Jimmy van Rensberg
- Born: 24 October 1931 (age 94) Johannesburg, South Africa
- Sport country: South Africa
- Professional: 1978–1991
- Highest ranking: 59 (1986/1987)
- Best ranking finish: Last 32 (x1)

= Jimmy van Rensberg =

South African snooker player

Jimmy van Rensberg (born 24 October 1931) is a South African former professional snooker player. He won the South African Professional Championship in 1984. He was a record 12-time winner of the South African Amateur Championship.

==Career==

Born in 1931, van Rensberg turned professional in 1978 at the relatively advanced age of 46. He entered few tournaments in his first several seasons on tour, reaching the final of the 1979 South African Professional Championship after beating Silvino Francisco in the semi-finals; this was van Rensberg's first match in the event, and he lost the final 6–9 to Derek Mienie.

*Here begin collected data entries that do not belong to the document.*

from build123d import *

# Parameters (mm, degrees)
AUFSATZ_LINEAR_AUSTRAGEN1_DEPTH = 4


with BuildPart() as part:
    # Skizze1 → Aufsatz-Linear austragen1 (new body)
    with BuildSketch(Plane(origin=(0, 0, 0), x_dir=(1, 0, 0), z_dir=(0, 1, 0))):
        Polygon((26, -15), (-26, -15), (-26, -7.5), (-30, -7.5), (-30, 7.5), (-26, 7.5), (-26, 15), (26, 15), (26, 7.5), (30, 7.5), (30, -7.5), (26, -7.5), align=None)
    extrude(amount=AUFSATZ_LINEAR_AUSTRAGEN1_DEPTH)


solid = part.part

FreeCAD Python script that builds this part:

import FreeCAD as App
import Part
import Sketcher


def add_polygon(sketch, points):
    """Adds a closed chain of lines whose ends are joined by coincident constraints."""
    first, n = sketch.GeometryCount, len(points)
    for a, b in zip(points, points[1:] + points[:1]):
        sketch.addGeometry(Part.LineSegment(App.Vector(*a, 0), App.Vector(*b, 0)), False)
    for i in range(n):
        sketch.addConstraint(Sketcher.Constraint("Coincident", first + i, 2, first + (i + 1) % n, 1))

doc = App.newDocument("Part")
body = doc.addObject("PartDesign::Body", "Body")

sketch1 = doc.addObject("Sketcher::SketchObject", "Sketch")
body.addObject(sketch1)
sketch1.AttachmentSupport = (doc.XZ_Plane, [""])
sketch1.MapMode = "FlatFace"
add_polygon(sketch1, [(-26, 15), (26, 15), (26, 7.5), (30, 7.5), (30, -7.5), (26, -7.5), (26, -15), (-26, -15), (-26, -7.5), (-30, -7.5), (-30, 7.5), (-26, 7.5)])
sketch1.addConstraint(Sketcher.Constraint("Horizontal", 0))
sketch1.addConstraint(Sketcher.Constraint("Vertical", 1))
sketch1.addConstraint(Sketcher.Constraint("Horizontal", 2))
sketch1.addConstraint(Sketcher.Constraint("Vertical", 3))
sketch1.addConstraint(Sketcher.Constraint("Horizontal", 4))
sketch1.addConstraint(Sketcher.Constraint("Vertical", 5))
sketch1.addConstraint(Sketcher.Constraint("Horizontal", 6))
sketch1.addConstraint(Sketcher.Constraint("Vertical", 7))
sketch1.addConstraint(Sketcher.Constraint("Horizontal", 8))
sketch1.addConstraint(Sketcher.Constraint("Vertical", 9))
sketch1.addConstraint(Sketcher.Constraint("Horizontal", 10))
sketch1.addConstraint(Sketcher.Constraint("Vertical", 11))
sketch1.addConstraint(Sketcher.Constraint("Symmetric", 0, 2, 6, 2, -1, 1))
sketch1.addConstraint(Sketcher.Constraint("Symmetric", 2, 2, 8, 2, -1, 1))
sketch1.addConstraint(Sketcher.Constraint("Symmetric", 4, 2, 10, 2, -1, 1))
sketch1.addConstraint(Sketcher.Constraint("Symmetric", 4, 2, 7, 2, -2))
sketch1.addConstraint(Sketcher.Constraint("DistanceX", 0, 1, 0, 2, 52.0))
sketch1.addConstraint(Sketcher.Constraint("DistanceX", 2, 1, 2, 2, 4.0))
sketch1.addConstraint(Sketcher.Constraint("DistanceY", 3, 2, 3, 1, 15.0))
sketch1.addConstraint(Sketcher.Constraint("DistanceY", 1, 2, 1, 1, 7.5))
pad1 = doc.addObject("PartDesign::Pad", "Pad")
body.addObject(pad1)
pad1.Profile = sketch1
pad1.Length = 4
pad1.Reversed = True

doc.recompute()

After losing 1–9 to Tony Meo in qualifying for the 1980 World Championship, van Rensberg next played a competitive match in the 1984 edition of the tournament. There, he beat Vic Harris 10–7 and in his last-64 match, came to trail Ray Edmonds 0–7. He won the next three frames, but Edmonds took the eleventh and twelfth to leave van Rensberg 3–9 behind; however, from there the latter won seven consecutive frames to prevail 10–9. In the last 48, he faced Francisco again, but a 0–9 deficit proved too much to recover, and he lost 3–10.

The 1985 World Championship saw van Rensberg himself fall victim to a comeback, as the Canadian Marcel Gauvreau recovered from 0–3 and 6–9 to defeat him 10–9.

Van Rensberg was able to enter six tournaments in the 1985/1986 season, and recorded his first last-32 finish at the 1986 Classic, where he beat Wayne Jones 5–4 and John Parrott 5–3 before Steve Davis ended his run with a 1–5 loss.

Ranked 59th, a career-best, for 1986/1987, van Rensberg registered three last-64 finishes therein; at the International Open, he lost 3–5 to Barry West, while Francisco beat him 5–4 in the 1987 Classic and his World Championship qualifying attempt culminated in a 0–10 whitewash by Tony Jones.

Poor form followed in the next few years, and during the 1988/1989 season, van Rensberg lost all nine of the matches he played. In the 1989 Hong Kong Open, he made a break of 104 - his first and only century break - in a match against Alain Robidoux, but lost 1–5; his best performance that season, and best for several years, was a run to the last 64 at the 1990 Dubai Classic. There, he was beaten 5–4 by John Virgo.

A 1–5 loss to Tony Wilson of the Isle of Man, in the 1990 British Open, would be van Rensberg's final at competitive level; he never played again, and was relegated from the tour in 1991, aged 59.